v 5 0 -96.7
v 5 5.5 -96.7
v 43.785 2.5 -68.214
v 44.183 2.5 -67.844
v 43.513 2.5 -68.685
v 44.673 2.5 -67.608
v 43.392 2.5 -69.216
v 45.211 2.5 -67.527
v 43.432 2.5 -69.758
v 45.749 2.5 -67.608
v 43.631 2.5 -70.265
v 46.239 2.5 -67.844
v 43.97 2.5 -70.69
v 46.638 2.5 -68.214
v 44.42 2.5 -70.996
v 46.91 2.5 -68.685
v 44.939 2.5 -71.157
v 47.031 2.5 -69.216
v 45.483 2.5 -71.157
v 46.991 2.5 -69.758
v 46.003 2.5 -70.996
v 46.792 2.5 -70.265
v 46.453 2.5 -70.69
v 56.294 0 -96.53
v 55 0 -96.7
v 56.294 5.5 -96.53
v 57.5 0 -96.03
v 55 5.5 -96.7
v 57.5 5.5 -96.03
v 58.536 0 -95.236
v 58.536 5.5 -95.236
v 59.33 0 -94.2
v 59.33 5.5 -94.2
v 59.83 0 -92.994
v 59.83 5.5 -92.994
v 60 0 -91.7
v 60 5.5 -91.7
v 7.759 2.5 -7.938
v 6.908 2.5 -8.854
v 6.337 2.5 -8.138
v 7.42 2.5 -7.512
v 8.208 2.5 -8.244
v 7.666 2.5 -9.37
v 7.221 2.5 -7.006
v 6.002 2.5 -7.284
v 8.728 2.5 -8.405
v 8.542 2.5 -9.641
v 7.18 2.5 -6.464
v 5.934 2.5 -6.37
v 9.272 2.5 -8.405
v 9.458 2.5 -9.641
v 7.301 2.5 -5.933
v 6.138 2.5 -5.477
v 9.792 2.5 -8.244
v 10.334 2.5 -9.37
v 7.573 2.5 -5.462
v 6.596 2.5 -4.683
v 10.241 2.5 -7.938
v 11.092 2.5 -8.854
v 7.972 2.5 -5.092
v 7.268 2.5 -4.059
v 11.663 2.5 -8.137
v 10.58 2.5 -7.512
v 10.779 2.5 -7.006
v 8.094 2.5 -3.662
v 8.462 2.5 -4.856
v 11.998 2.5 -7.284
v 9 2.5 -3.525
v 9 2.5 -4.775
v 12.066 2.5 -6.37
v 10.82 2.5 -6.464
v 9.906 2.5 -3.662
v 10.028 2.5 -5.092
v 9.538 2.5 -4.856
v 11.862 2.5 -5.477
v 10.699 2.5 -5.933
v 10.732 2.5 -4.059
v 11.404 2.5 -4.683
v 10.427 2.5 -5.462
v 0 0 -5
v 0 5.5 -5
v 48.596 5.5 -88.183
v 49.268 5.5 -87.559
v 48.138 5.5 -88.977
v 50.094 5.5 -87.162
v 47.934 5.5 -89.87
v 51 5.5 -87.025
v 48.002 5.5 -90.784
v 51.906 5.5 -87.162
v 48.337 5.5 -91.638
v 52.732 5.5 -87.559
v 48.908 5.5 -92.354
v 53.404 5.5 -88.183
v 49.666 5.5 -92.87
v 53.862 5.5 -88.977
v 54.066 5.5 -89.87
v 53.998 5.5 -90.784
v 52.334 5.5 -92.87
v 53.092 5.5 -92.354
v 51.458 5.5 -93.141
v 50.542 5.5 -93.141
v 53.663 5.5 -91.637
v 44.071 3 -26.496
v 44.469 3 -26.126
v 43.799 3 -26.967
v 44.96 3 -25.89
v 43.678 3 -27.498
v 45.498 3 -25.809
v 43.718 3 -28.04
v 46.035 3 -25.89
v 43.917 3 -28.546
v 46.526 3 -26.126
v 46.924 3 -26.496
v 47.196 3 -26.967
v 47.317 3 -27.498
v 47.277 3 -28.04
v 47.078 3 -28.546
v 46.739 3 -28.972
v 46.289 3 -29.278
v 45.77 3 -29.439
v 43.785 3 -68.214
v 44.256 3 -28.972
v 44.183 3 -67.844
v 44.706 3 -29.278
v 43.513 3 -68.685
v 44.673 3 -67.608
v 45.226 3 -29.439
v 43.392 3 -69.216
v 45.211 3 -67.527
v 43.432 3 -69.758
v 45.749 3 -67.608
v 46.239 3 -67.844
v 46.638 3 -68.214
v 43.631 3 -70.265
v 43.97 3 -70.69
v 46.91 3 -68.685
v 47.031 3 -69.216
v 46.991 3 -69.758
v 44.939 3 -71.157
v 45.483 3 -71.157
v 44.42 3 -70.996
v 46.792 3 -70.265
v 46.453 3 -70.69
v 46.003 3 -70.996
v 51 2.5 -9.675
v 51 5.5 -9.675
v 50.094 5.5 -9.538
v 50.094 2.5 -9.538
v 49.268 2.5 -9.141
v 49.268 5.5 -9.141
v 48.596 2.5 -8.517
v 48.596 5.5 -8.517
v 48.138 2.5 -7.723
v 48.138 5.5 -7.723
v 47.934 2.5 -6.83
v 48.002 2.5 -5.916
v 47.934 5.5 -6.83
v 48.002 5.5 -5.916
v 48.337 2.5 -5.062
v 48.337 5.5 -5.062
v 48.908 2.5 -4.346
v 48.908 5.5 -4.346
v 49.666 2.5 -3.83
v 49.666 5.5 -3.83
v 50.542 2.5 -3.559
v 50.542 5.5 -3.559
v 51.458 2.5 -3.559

Your task: Proceeding from the line containing "v 8.462 2.5 -4.856" through the line containing "v 51 5.5 -87.025", transcribe the lines above exactly, both end lines included.

Answer space:
v 8.462 2.5 -4.856
v 11.998 2.5 -7.284
v 9 2.5 -3.525
v 9 2.5 -4.775
v 12.066 2.5 -6.37
v 10.82 2.5 -6.464
v 9.906 2.5 -3.662
v 10.028 2.5 -5.092
v 9.538 2.5 -4.856
v 11.862 2.5 -5.477
v 10.699 2.5 -5.933
v 10.732 2.5 -4.059
v 11.404 2.5 -4.683
v 10.427 2.5 -5.462
v 0 0 -5
v 0 5.5 -5
v 48.596 5.5 -88.183
v 49.268 5.5 -87.559
v 48.138 5.5 -88.977
v 50.094 5.5 -87.162
v 47.934 5.5 -89.87
v 51 5.5 -87.025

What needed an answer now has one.